━━━ INPUT RECORDS

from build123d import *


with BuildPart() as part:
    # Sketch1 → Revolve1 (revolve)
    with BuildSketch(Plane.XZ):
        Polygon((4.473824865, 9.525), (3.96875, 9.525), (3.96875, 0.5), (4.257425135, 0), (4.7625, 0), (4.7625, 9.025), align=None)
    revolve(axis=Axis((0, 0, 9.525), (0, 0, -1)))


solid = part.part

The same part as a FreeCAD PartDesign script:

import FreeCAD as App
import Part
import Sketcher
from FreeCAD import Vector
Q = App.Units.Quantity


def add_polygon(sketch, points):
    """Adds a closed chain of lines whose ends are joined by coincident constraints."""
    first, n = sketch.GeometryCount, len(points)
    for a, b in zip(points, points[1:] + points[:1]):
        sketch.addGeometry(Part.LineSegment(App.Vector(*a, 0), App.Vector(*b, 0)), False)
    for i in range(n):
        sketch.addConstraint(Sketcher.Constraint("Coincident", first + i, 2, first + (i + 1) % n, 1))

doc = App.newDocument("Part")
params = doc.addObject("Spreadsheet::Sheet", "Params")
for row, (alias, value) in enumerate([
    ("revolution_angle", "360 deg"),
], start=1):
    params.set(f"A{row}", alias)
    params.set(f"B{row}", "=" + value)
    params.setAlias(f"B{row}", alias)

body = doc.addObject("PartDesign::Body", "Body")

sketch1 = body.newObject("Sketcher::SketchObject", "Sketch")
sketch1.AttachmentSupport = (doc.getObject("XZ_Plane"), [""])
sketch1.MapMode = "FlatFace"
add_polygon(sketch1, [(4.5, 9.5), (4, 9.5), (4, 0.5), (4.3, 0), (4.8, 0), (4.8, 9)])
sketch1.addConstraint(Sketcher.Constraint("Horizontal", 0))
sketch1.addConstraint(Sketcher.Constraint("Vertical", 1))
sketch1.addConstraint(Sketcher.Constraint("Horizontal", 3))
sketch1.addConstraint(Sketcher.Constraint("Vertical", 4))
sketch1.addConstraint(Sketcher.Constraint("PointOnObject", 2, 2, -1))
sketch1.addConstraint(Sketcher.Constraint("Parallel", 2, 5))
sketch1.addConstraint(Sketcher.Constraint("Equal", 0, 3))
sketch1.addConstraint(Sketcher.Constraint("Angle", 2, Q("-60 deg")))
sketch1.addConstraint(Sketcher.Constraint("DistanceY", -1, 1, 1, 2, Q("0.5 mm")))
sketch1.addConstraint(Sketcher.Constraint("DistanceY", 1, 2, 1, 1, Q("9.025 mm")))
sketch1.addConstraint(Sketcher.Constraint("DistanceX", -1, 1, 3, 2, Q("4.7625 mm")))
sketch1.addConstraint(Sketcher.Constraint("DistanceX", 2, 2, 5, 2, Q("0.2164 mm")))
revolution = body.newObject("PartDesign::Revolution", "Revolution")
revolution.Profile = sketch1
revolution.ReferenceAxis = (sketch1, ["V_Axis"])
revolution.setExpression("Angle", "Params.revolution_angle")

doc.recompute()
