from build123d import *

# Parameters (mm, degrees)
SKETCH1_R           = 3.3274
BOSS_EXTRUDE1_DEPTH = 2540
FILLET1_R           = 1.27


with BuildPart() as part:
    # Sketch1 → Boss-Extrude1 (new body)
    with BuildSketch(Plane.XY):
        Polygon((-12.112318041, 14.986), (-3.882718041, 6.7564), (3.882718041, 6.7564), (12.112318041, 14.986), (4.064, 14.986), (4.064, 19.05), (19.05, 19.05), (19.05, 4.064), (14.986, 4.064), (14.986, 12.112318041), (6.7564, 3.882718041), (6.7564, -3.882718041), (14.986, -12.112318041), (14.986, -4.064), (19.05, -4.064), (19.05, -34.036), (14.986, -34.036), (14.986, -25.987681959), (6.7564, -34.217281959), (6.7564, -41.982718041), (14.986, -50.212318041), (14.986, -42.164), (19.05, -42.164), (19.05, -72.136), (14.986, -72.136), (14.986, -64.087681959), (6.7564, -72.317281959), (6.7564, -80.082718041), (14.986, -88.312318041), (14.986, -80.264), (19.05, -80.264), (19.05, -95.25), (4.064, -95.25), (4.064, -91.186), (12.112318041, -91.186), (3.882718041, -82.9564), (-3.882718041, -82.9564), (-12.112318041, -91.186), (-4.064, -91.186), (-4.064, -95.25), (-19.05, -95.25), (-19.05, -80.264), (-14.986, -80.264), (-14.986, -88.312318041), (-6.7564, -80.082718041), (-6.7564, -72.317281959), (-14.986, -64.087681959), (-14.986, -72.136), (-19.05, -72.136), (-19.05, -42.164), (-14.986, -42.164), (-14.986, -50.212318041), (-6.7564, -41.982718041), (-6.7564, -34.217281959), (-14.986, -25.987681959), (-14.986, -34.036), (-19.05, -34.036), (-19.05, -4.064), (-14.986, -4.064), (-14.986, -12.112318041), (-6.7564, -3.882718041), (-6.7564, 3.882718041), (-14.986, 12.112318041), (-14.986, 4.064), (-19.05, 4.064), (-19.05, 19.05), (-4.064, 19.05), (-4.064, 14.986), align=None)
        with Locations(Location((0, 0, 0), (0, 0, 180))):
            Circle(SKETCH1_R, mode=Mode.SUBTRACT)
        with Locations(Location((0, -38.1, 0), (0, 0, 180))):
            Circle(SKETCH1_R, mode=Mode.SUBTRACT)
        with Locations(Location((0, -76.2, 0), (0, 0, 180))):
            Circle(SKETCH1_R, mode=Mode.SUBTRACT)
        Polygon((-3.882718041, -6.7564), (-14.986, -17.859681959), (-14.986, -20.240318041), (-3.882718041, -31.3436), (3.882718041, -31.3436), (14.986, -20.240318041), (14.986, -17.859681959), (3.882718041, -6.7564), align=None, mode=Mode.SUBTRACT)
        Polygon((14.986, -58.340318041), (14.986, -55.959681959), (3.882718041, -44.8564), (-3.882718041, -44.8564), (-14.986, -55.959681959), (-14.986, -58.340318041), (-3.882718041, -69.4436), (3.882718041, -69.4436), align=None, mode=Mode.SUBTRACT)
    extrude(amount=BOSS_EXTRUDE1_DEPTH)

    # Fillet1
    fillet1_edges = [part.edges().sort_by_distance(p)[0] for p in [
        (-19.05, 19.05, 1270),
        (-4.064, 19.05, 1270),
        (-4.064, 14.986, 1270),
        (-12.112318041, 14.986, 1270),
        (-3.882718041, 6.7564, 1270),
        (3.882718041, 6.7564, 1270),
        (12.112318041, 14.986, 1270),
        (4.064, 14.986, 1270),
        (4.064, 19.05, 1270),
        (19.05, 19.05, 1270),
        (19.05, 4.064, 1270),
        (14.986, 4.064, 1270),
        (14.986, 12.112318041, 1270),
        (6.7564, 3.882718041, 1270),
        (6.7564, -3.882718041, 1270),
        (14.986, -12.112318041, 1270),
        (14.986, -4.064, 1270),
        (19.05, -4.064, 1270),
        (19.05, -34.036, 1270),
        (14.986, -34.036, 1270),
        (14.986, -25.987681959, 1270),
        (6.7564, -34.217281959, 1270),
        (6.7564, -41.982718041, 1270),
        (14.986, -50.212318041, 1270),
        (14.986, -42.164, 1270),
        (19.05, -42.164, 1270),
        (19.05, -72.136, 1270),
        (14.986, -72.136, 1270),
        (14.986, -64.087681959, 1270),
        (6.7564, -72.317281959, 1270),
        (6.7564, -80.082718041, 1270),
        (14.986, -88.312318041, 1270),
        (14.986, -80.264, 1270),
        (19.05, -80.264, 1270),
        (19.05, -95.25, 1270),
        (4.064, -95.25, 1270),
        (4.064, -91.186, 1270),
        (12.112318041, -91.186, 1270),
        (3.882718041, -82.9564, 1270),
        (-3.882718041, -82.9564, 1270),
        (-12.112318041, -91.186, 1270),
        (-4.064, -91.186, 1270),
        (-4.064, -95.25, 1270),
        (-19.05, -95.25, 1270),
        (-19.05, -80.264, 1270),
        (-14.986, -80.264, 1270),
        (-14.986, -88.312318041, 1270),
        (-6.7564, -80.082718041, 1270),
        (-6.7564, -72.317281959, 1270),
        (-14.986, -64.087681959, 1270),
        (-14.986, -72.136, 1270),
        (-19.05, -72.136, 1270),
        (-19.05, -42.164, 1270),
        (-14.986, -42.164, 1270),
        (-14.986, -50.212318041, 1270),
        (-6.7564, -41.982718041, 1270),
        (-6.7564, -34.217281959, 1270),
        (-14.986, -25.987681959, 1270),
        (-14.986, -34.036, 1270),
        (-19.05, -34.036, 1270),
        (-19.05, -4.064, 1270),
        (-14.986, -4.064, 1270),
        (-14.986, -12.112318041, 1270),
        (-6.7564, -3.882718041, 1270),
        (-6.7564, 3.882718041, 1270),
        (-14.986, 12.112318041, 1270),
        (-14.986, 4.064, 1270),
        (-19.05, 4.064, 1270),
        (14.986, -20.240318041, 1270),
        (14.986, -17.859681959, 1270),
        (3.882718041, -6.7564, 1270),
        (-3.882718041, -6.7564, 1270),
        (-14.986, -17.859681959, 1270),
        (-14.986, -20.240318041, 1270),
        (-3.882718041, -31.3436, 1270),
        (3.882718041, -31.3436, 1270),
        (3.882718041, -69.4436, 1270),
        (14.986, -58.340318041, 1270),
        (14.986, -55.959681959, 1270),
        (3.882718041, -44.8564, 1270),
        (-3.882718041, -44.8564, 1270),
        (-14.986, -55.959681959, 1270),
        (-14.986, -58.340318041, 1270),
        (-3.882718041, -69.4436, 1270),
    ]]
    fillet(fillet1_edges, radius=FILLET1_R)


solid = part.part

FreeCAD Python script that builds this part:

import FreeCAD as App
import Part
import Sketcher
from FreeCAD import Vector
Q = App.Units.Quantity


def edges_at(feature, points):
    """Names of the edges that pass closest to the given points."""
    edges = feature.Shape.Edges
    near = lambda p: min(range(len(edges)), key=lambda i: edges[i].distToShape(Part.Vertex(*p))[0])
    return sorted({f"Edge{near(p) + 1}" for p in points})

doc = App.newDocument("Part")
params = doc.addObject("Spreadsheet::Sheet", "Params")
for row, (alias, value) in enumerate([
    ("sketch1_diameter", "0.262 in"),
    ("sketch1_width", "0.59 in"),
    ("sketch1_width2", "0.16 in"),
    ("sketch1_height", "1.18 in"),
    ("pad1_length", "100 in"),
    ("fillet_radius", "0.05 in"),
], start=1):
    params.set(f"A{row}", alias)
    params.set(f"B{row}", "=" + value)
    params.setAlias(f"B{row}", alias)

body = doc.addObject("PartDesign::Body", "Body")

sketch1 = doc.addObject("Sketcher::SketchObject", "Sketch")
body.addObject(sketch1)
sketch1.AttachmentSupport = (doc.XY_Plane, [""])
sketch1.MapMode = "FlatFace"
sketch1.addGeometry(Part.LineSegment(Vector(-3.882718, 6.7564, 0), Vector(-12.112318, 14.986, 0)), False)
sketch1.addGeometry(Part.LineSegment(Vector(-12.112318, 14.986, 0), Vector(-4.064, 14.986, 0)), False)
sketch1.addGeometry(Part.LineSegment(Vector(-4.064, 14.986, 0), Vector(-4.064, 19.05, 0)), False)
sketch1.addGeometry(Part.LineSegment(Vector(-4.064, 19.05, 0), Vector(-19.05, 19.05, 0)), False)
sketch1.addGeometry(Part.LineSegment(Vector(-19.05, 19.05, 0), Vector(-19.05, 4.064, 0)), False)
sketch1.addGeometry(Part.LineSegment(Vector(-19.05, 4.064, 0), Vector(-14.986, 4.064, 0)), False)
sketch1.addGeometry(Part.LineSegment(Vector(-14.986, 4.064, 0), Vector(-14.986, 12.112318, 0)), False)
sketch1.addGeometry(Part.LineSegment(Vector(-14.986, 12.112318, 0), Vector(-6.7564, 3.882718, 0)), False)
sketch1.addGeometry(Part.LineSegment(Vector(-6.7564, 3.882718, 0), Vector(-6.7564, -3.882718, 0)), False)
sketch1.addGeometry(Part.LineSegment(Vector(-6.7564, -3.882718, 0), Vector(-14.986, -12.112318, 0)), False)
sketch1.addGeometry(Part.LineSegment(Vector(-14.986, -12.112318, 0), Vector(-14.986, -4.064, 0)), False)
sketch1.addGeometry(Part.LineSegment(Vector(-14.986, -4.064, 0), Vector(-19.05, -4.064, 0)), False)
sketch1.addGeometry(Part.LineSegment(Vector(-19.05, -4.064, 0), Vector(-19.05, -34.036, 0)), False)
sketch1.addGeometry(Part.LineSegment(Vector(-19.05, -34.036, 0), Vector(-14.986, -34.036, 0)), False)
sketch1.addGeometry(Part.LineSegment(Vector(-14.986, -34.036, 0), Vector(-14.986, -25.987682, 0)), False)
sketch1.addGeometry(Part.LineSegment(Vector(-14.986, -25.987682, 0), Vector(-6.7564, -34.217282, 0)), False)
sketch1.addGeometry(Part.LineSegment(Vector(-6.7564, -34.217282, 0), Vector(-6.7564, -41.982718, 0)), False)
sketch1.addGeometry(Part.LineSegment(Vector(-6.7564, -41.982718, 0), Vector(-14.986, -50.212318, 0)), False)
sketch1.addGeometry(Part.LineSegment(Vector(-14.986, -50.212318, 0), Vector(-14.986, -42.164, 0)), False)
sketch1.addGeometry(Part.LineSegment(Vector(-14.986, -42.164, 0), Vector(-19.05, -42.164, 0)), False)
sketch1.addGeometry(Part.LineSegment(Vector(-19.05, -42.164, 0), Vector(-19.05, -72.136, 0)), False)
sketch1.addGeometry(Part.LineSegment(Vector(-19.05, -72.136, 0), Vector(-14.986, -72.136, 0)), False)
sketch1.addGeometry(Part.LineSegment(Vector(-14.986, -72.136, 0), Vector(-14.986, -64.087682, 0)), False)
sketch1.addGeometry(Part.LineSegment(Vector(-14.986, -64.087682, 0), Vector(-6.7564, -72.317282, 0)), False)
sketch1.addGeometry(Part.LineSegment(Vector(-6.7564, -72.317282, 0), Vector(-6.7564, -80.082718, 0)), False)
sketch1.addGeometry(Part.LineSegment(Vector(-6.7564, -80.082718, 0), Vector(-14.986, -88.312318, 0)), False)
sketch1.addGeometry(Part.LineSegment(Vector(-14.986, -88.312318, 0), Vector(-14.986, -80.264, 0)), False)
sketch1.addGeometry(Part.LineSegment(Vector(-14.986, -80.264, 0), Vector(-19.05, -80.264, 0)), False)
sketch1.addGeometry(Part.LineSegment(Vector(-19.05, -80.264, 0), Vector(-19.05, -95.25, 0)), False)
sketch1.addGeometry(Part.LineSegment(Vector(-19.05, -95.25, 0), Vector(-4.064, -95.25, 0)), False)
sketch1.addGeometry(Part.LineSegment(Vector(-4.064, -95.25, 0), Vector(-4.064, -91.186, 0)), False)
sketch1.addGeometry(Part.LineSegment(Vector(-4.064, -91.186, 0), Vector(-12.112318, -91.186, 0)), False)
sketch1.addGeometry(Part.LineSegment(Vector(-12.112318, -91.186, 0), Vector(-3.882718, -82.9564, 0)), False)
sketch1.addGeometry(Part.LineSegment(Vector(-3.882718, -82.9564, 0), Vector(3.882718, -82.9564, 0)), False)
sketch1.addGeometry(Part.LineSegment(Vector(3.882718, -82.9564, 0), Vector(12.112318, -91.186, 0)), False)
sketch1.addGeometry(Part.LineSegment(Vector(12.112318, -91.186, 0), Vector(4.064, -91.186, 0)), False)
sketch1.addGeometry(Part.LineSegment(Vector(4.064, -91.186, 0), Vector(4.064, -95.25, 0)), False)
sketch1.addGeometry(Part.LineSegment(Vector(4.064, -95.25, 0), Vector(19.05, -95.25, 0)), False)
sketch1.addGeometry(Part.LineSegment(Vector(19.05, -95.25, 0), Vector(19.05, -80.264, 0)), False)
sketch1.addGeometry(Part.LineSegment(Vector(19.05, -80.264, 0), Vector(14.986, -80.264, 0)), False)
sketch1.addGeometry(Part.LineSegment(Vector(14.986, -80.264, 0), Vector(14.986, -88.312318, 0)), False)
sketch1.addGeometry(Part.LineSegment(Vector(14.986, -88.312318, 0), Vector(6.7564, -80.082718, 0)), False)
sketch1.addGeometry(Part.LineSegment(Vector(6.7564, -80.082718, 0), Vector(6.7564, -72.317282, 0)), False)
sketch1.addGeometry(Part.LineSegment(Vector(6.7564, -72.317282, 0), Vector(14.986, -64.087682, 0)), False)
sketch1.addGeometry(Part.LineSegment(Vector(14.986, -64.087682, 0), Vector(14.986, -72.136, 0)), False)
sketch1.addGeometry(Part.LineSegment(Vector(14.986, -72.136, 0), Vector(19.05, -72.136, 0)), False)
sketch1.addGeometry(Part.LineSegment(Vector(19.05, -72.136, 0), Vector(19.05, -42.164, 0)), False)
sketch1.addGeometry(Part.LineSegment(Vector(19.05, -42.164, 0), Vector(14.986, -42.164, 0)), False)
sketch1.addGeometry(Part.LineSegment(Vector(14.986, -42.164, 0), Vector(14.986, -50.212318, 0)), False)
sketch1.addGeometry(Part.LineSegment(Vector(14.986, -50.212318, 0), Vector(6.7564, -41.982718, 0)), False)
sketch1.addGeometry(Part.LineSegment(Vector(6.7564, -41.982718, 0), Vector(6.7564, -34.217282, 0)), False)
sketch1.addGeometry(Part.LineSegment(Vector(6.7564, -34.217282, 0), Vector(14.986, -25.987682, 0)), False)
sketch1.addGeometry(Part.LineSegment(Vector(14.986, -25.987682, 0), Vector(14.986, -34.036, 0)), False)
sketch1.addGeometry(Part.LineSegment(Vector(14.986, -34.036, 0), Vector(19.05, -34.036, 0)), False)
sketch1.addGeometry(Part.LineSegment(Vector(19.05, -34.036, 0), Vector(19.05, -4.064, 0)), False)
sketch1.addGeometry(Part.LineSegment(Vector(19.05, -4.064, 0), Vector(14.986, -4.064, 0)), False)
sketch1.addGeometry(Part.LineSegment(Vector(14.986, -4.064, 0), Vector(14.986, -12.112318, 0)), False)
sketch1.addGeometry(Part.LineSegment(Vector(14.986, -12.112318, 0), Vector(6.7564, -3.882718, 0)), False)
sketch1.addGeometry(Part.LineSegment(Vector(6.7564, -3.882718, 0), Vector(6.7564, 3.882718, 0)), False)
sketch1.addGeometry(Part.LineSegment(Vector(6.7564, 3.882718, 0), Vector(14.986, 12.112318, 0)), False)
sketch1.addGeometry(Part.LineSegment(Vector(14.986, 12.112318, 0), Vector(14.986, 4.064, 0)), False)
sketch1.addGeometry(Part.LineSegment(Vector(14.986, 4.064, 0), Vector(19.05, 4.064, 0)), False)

━━━━━━

§ **WORK REQUEST**
Copy out the entries exactly. Begin at the first line and end with the line that has "The same part".

§ **SOLUTION TO THE EXERCISE**
from build123d import *


with BuildPart() as part:
    # Sketch1 → Revolve1 (revolve)
    with BuildSketch(Plane.XZ):
        Polygon((4.473824865, 9.525), (3.96875, 9.525), (3.96875, 0.5), (4.257425135, 0), (4.7625, 0), (4.7625, 9.025), align=None)
    revolve(axis=Axis((0, 0, 9.525), (0, 0, -1)))


solid = part.part

The same part as a FreeCAD PartDesign script:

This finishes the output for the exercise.